Долго беседовали с учительницей, худенькой бледной девушкой. Мрачная картина. Учительница боится нас и, видимо, не сочувствует. Должно быть, эсерка. Все тоскливо глядит в окно на тускнеющие поля. Как, должно быть, одиноко ей жить в этой темной глуши, далеко от железной дороги, под зловещий шум мертвого парка. Что-то забытое пробудилось во мне. Когда Ваня Воробушек вышел зачем-то, я тихо спросил ее:
— Вам скучно здесь?
— Как когда… — сказала она и, ясно, не хотела быть откровенной.
— Я ведь не большевик, — шепнул я.
Она изумленно взглянула на меня.
Необыкновенную нежность почувствовал я к ней, к этой одинокой в огромном мире девушке. Захотелось вдруг самого обыденного мещанского счастья где-нибудь здесь в маленькой комнатке с огромной печью. Затопить печку вечером и обнявшись смотреть в окно на темнеющие дали.
— Уезжайте, — прошептала она вдруг со страхом, схватив меня за руку, — сегодня из Климова приходили мужики… о чем-то с нашими договаривались… Смотрите… В Климове двух агитаторов убили… Уезжайте пока до ночи…
Я посмотрел в ее большие испуганные глаза и поцеловал руку, лежавшую на моей. Бедняжка! Как задрожала она, как затрепетала. Ах, какое дело мне до этих темных степей! До этих людей с всклокоченными бородами. Своего, своего тихого счастья нужно мне, и не безумен ли был я в тот миг, когда позавидовал могучим рукам, потрясающим основы вселенной…
Ваня Воробушек вошел в комнату и насмешливо взглянул на меня и на учительницу.
— Темная здешняя сторона, — сказал он, — народ глупый, не знает куда ему ткнуться. Придется попотеть. Отряд вызвал.
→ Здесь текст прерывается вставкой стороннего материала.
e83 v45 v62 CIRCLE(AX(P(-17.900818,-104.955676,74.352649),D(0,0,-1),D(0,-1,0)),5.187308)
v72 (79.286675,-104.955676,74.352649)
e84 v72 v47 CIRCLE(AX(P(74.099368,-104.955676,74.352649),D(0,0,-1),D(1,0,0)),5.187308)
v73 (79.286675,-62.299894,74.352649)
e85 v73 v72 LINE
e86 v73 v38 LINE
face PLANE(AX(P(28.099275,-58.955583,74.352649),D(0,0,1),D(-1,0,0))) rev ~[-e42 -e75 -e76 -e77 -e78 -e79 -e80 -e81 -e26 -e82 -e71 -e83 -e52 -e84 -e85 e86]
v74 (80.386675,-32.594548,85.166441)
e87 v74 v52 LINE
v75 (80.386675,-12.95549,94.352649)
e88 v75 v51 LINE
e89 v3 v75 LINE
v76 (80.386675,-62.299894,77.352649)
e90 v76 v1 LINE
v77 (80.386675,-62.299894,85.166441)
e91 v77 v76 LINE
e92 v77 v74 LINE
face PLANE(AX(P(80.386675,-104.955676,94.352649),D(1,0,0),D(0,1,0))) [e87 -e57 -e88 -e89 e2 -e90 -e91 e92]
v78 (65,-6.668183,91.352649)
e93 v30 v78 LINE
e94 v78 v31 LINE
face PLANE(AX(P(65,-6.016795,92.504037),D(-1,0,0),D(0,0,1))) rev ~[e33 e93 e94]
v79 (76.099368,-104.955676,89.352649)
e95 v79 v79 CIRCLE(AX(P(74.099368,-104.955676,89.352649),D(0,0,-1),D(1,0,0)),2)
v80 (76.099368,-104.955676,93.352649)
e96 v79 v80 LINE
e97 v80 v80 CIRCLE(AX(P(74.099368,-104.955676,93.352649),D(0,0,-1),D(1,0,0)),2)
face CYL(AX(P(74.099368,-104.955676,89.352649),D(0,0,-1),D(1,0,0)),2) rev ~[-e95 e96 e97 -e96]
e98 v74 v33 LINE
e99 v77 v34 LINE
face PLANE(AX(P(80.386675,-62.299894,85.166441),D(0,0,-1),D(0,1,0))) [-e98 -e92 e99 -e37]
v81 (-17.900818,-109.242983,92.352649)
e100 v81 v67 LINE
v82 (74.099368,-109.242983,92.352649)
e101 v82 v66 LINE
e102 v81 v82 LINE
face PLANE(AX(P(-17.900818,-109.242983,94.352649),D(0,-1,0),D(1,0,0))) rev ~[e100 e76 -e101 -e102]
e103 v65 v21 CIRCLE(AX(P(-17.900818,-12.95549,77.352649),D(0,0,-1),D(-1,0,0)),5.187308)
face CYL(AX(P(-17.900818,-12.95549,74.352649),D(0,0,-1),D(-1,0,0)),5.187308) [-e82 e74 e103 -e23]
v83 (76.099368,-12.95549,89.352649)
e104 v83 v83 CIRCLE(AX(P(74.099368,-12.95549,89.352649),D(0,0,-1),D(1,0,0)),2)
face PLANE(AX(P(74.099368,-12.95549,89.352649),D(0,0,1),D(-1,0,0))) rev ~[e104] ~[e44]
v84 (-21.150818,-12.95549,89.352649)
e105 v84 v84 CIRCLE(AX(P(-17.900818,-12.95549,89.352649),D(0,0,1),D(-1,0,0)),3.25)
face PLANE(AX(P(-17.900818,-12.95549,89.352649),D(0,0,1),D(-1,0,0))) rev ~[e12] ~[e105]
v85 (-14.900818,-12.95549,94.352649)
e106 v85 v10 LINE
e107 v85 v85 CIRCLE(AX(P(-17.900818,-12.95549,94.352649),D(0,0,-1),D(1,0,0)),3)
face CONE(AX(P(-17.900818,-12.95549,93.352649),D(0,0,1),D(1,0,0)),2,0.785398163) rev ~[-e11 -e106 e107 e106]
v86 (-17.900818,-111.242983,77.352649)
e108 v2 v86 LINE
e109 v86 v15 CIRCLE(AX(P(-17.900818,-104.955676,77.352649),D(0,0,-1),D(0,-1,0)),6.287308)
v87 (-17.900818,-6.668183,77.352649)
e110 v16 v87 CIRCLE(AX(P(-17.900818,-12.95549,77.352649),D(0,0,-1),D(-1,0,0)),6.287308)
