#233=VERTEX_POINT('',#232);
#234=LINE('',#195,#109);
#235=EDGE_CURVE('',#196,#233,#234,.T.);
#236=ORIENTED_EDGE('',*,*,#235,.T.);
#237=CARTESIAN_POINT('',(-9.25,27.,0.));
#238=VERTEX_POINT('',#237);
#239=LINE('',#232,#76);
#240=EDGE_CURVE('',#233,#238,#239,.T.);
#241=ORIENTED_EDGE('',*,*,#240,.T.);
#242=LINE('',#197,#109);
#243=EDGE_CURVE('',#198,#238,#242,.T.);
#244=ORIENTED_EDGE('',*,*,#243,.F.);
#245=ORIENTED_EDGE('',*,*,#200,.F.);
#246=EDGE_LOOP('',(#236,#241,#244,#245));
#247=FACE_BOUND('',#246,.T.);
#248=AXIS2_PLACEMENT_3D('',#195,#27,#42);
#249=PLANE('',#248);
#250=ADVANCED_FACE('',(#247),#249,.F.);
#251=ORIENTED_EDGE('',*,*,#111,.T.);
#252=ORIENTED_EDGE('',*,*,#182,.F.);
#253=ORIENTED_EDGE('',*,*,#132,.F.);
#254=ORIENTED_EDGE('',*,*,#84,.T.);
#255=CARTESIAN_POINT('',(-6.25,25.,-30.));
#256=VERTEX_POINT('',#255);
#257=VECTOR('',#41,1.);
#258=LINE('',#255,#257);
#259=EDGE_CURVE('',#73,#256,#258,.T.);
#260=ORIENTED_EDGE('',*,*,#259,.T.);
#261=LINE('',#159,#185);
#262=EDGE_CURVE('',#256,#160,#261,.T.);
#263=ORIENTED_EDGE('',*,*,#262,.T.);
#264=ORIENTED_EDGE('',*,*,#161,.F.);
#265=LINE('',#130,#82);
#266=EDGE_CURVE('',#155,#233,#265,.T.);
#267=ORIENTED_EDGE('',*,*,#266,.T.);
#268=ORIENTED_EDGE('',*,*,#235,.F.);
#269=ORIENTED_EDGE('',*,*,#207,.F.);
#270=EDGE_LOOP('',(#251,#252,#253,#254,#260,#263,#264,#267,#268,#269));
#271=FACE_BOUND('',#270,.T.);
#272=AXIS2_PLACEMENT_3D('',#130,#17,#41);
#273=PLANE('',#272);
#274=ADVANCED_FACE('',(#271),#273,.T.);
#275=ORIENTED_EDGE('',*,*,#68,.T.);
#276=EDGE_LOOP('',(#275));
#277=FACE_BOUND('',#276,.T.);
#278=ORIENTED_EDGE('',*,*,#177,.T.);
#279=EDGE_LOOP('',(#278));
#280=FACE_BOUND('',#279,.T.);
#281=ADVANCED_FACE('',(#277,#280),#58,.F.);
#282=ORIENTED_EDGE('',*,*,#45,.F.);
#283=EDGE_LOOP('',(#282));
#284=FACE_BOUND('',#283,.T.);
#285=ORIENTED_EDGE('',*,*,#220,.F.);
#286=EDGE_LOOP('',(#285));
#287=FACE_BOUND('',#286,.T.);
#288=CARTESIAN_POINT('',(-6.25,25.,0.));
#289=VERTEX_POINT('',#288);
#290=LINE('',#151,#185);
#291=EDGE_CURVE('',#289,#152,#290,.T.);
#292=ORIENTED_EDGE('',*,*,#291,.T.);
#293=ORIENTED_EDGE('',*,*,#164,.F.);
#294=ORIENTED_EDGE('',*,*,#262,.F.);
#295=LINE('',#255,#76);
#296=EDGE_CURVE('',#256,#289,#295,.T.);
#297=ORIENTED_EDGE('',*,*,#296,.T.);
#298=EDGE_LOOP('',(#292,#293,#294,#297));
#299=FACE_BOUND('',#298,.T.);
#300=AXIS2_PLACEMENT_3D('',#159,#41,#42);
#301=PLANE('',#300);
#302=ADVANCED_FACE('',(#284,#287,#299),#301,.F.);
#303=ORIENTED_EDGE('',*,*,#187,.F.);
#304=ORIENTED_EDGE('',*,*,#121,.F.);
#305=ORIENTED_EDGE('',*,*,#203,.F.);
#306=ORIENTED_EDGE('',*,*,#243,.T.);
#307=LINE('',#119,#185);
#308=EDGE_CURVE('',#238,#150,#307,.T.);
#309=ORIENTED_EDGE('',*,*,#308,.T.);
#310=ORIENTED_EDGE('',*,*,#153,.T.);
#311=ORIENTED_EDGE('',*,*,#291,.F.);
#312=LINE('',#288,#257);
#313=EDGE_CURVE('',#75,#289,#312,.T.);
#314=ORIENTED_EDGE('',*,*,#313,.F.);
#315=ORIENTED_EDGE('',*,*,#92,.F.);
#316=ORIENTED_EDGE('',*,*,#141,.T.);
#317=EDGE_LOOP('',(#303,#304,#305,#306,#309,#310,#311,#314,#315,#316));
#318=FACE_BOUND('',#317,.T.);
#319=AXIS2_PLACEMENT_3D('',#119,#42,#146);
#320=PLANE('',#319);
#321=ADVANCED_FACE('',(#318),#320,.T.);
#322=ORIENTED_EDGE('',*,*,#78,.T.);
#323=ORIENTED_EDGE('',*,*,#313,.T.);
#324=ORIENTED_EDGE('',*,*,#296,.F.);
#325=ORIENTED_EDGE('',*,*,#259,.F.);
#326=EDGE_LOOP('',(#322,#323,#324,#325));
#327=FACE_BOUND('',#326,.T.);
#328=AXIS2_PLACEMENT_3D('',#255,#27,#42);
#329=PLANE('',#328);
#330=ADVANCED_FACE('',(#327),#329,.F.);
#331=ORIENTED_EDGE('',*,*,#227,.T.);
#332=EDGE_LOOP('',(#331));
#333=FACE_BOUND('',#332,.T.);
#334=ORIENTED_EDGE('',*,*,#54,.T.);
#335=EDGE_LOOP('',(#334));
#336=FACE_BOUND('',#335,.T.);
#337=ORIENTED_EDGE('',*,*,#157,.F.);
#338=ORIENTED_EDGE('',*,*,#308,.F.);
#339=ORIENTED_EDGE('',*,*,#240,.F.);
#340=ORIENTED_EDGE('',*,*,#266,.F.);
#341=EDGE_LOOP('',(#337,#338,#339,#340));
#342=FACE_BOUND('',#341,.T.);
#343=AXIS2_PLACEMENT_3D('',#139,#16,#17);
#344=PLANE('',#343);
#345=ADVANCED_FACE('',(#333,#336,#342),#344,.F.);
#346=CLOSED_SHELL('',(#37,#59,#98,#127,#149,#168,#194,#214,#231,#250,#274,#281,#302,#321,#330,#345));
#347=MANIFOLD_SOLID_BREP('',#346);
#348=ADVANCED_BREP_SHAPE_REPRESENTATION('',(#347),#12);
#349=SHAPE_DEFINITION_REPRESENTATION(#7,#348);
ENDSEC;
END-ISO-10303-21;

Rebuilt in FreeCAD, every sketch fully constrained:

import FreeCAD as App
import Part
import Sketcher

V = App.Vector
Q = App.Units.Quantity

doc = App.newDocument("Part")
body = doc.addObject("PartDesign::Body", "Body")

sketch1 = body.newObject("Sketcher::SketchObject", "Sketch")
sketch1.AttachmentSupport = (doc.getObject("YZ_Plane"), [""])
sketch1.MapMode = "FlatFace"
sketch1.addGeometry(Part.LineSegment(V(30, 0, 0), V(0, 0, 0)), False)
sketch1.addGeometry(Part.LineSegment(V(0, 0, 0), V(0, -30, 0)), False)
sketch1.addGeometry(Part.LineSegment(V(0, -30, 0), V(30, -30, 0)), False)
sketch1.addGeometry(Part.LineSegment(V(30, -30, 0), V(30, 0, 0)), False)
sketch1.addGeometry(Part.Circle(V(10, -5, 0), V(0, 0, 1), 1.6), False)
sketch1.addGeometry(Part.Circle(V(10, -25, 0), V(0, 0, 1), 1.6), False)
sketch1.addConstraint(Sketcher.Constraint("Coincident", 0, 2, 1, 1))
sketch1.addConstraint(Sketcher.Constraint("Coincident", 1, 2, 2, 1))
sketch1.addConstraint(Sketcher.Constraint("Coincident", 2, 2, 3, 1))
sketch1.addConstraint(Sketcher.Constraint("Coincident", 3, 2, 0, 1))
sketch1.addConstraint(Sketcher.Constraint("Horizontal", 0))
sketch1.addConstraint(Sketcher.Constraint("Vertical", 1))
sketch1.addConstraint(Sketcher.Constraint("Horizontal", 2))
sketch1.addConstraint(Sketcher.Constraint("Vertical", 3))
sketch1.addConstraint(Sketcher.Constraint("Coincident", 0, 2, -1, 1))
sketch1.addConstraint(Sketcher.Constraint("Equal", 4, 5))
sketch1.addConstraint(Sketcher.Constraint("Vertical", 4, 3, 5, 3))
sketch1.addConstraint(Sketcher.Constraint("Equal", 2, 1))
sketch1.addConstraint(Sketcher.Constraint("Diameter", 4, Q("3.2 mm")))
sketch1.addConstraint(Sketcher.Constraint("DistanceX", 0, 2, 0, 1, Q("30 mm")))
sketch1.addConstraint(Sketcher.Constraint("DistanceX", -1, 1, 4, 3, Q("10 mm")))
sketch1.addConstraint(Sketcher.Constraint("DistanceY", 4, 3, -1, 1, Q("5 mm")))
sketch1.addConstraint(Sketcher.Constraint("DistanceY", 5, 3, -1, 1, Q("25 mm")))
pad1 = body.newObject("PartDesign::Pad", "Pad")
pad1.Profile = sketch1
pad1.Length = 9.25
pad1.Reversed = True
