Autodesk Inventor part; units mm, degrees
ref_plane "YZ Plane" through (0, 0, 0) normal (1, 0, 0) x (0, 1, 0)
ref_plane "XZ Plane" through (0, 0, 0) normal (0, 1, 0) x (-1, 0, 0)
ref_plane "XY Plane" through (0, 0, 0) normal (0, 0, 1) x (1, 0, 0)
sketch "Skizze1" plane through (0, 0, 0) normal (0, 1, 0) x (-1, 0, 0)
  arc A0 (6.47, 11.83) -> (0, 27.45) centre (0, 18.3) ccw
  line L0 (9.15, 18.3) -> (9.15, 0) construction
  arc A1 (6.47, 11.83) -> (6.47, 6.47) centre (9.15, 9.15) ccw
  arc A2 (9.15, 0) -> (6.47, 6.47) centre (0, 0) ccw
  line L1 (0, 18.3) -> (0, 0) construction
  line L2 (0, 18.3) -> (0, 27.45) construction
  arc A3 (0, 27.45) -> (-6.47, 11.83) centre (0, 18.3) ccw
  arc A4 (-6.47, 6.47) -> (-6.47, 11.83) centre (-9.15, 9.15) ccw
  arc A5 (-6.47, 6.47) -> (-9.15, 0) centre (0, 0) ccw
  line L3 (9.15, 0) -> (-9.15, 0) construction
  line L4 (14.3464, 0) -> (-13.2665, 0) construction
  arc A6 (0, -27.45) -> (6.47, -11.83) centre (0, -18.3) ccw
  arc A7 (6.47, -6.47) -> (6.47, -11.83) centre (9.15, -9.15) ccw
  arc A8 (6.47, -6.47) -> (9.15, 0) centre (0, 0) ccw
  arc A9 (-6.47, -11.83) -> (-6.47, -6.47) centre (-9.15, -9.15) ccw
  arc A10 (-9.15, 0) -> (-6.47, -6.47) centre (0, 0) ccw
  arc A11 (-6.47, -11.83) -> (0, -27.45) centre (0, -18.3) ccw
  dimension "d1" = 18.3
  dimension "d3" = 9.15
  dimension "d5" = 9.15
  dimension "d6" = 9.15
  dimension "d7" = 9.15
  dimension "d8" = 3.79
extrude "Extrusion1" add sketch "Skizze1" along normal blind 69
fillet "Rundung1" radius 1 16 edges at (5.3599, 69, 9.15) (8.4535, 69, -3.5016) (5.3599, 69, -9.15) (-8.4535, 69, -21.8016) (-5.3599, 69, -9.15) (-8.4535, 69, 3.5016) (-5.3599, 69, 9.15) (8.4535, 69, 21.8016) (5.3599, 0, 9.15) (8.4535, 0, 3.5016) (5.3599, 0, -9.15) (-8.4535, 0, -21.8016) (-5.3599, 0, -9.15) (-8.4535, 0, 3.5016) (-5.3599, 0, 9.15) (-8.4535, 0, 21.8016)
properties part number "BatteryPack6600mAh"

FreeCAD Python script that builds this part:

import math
import FreeCAD as App
import Part
import Sketcher

V = App.Vector


def edges_at(feature, points):
    """Names of the edges that pass closest to the given points."""
    edges = feature.Shape.Edges
    near = lambda p: min(range(len(edges)), key=lambda i: edges[i].distToShape(Part.Vertex(*p))[0])
    return sorted({f"Edge{near(p) + 1}" for p in points})

doc = App.newDocument("Part")
body = doc.addObject("PartDesign::Body", "Body")

# Sketch on XZ plane
sketch1 = body.newObject("Sketcher::SketchObject", "Sketch")
sketch1.AttachmentSupport = (doc.getObject("XZ_Plane"), [""])
sketch1.MapMode = "FlatFace"
sketch1.addGeometry(Part.ArcOfCircle(Part.Circle(V(-9.15, 9.15, 0), V(0, 0, 1), 3.790092), math.radians(-45), math.radians(45)), False)
sketch1.addGeometry(Part.ArcOfCircle(Part.Circle(V(0, 18.3, 0), V(0, 0, 1), 9.15), math.radians(90), math.radians(225)), False)
sketch1.addGeometry(Part.ArcOfCircle(Part.Circle(V(0, 18.3, 0), V(0, 0, 1), 9.149962), math.radians(-45), math.radians(90)), False)
sketch1.addGeometry(Part.ArcOfCircle(Part.Circle(V(9.15, 9.15, 0), V(0, 0, 1), 3.790092), math.radians(135), math.radians(225)), False)
sketch1.addGeometry(Part.ArcOfCircle(Part.Circle(V(0, 0, 0), V(0, 0, 1), 9.15), math.radians(0), math.radians(45)), False)
sketch1.addGeometry(Part.ArcOfCircle(Part.Circle(V(0, 0, 0), V(0, 0, 1), 9.149962), math.radians(-45), math.radians(0)), False)
sketch1.addGeometry(Part.ArcOfCircle(Part.Circle(V(9.15, -9.15, 0), V(0, 0, 1), 3.790092), math.radians(135), math.radians(225)), False)
sketch1.addGeometry(Part.ArcOfCircle(Part.Circle(V(0, -18.3, 0), V(0, 0, 1), 9.15), math.radians(-90), math.radians(45)), False)
sketch1.addGeometry(Part.ArcOfCircle(Part.Circle(V(0, -18.3, 0), V(0, 0, 1), 9.149962), math.radians(135), math.radians(270)), False)
sketch1.addGeometry(Part.ArcOfCircle(Part.Circle(V(-9.15, -9.15, 0), V(0, 0, 1), 3.790092), math.radians(-45), math.radians(45)), False)
sketch1.addGeometry(Part.ArcOfCircle(Part.Circle(V(0, 0, 0), V(0, 0, 1), 9.15), math.radians(180), math.radians(225)), False)
sketch1.addGeometry(Part.ArcOfCircle(Part.Circle(V(0, 0, 0), V(0, 0, 1), 9.149962), math.radians(135), math.radians(180)), False)
sketch1.addConstraint(Sketcher.Constraint("Tangent", 0, 2, 1, 2))
sketch1.addConstraint(Sketcher.Constraint("Tangent", 1, 1, 2, 2))
sketch1.addConstraint(Sketcher.Constraint("Tangent", 2, 1, 3, 1))
sketch1.addConstraint(Sketcher.Constraint("Tangent", 3, 2, 4, 2))
sketch1.addConstraint(Sketcher.Constraint("Tangent", 4, 1, 5, 2))
sketch1.addConstraint(Sketcher.Constraint("Tangent", 5, 1, 6, 1))
sketch1.addConstraint(Sketcher.Constraint("Tangent", 6, 2, 7, 2))
sketch1.addConstraint(Sketcher.Constraint("Tangent", 7, 1, 8, 2))
sketch1.addConstraint(Sketcher.Constraint("Tangent", 8, 1, 9, 1))
sketch1.addConstraint(Sketcher.Constraint("Tangent", 9, 2, 10, 2))
sketch1.addConstraint(Sketcher.Constraint("Tangent", 10, 1, 11, 2))
sketch1.addConstraint(Sketcher.Constraint("Tangent", 11, 1, 0, 1))
sketch1.addConstraint(Sketcher.Constraint("Coincident", 4, 3, -1, 1))
sketch1.addConstraint(Sketcher.Constraint("Coincident", 10, 3, -1, 1))
sketch1.addConstraint(Sketcher.Constraint("Equal", 1, 2))
sketch1.addConstraint(Sketcher.Constraint("Equal", 0, 3))
sketch1.addConstraint(Sketcher.Constraint("Equal", 2, 4))
sketch1.addConstraint(Sketcher.Constraint("Equal", 4, 5))
sketch1.addConstraint(Sketcher.Constraint("Equal", 3, 6))
sketch1.addConstraint(Sketcher.Constraint("Equal", 5, 7))
sketch1.addConstraint(Sketcher.Constraint("Equal", 7, 8))
sketch1.addConstraint(Sketcher.Constraint("Equal", 6, 9))
sketch1.addConstraint(Sketcher.Constraint("Equal", 8, 10))
sketch1.addConstraint(Sketcher.Constraint("Equal", 10, 11))
sketch1.addConstraint(Sketcher.Constraint("Symmetric", 1, 3, 7, 3, -1, 1))
sketch1.addConstraint(Sketcher.Constraint("PointOnObject", 1, 3, -2))
sketch1.addConstraint(Sketcher.Constraint("PointOnObject", 1, 1, -2))
sketch1.addConstraint(Sketcher.Constraint("PointOnObject", 4, 1, -1))
sketch1.addConstraint(Sketcher.Constraint("PointOnObject", 7, 1, -2))
sketch1.addConstraint(Sketcher.Constraint("PointOnObject", 10, 1, -1))
sketch1.addConstraint(Sketcher.Constraint("Vertical", 6, 3, 4, 1))
sketch1.addConstraint(Sketcher.Constraint("Radius", 0, 3.79))
sketch1.addConstraint(Sketcher.Constraint("Radius", 1, 9.15))
pad1 = body.newObject("PartDesign::Pad", "Pad")
pad1.Profile = sketch1
pad1.Length = 69
pad1.Reversed = True
doc.recompute()

fillet = body.newObject("PartDesign::Fillet", "Fillet")
fillet.Base = (pad1, edges_at(pad1, [
    (5.36, 69, 9.15),
    (8.454, 69, -3.502),
    (5.36, 69, -9.15),
    (-8.454, 69, -21.802),
    (-5.36, 69, -9.15),
    (-8.454, 69, 3.502),
    (-5.36, 69, 9.15),
    (8.454, 69, 21.802),
    (5.36, 0, 9.15),
    (8.454, 0, 3.502),
    (5.36, 0, -9.15),
    (-8.454, 0, -21.802),
    (-5.36, 0, -9.15),
    (-8.454, 0, 3.502),
    (-5.36, 0, 9.15),
    (-8.454, 0, 21.802),
]))
fillet.Radius = 1

doc.recompute()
Что-то не едет…
И он вынул и положил на стол револьвер.
Учительница ушла, испуганно снова поглядев на меня. Я видел, как прошла она мимо окна на фоне блеснувшего вдали багрового неба и оглянулась, будто напомнить хотела о чем-то. Потом скрылась в парке.
Воробушек раскрыл „Историю социализма“
Счастливец!
* * *
Сейчас, когда я пишу это, он сидит спокойно и при свете огарка читает. Иногда складки собираются у него на лбу, словно удивляется читаемому. Тогда на секунду отворачивается он от книги и глядит на черное окно. Мы сидим с ним в одной комнате, но нам не приходит в голову заговорить… О чем? Он сознательно отрезал и передал в партийный комитет свою волю. Он чувствует себя колесиком в гигантской машине; он знает, что и после его смерти будет она шуметь и извергать пламя, только одно колесико заменят другим. А мне (теперь я чувствую это) нужно своего счастья, хотя бы маленького, как эта комната, и скромного, как худенькая учительница… Мне страшно. Воробушек внезапно перестал читать и, устремив взор в окно, стал напряженно прислушиваться… Вдруг он вздрогнул и схватился за револьвер… Да, это безусловно не парк шумит…»
* * *
На этом кончалась запись. Я взглянул в окно и чудно мне было увидеть залитые солнцем желтые поля… Где-то теперь она — та темная осенняя ночь?..
Старуха охотно продала мне записную книжку…
Я вышел из деревни, быстро прошел мимо развалин и с холма увидал, что скорее дойду до шоссе, если пройду прямо через кладбище.
Переходя через кладбищенскую межу, я повстречал женщину, худую и бледную, печальные глаза которой напомнили мне что-то… Кресты сгнили и покосились, древние в форме гробов камни покрылись мохом, и славянская вязь на них слилась с летописью тления. Около дороги удивил меня необделанный камень с побуревшей когда-то красной пятиконечной звездой. На камне написано было:
Товарищи Иван Зноев (Ваня Воробушек) и Александр Оленев.
Убиты в 1919 году восставшими кулаками.
А на земле среди зеленой травы, выросшей на холмике, синел пучок свежих только что сорванных васильков. Я оглянулся. Худая женщина все еще медленно шла по дороге. Но небо было голубое, и золотистый туман трепетал над полями.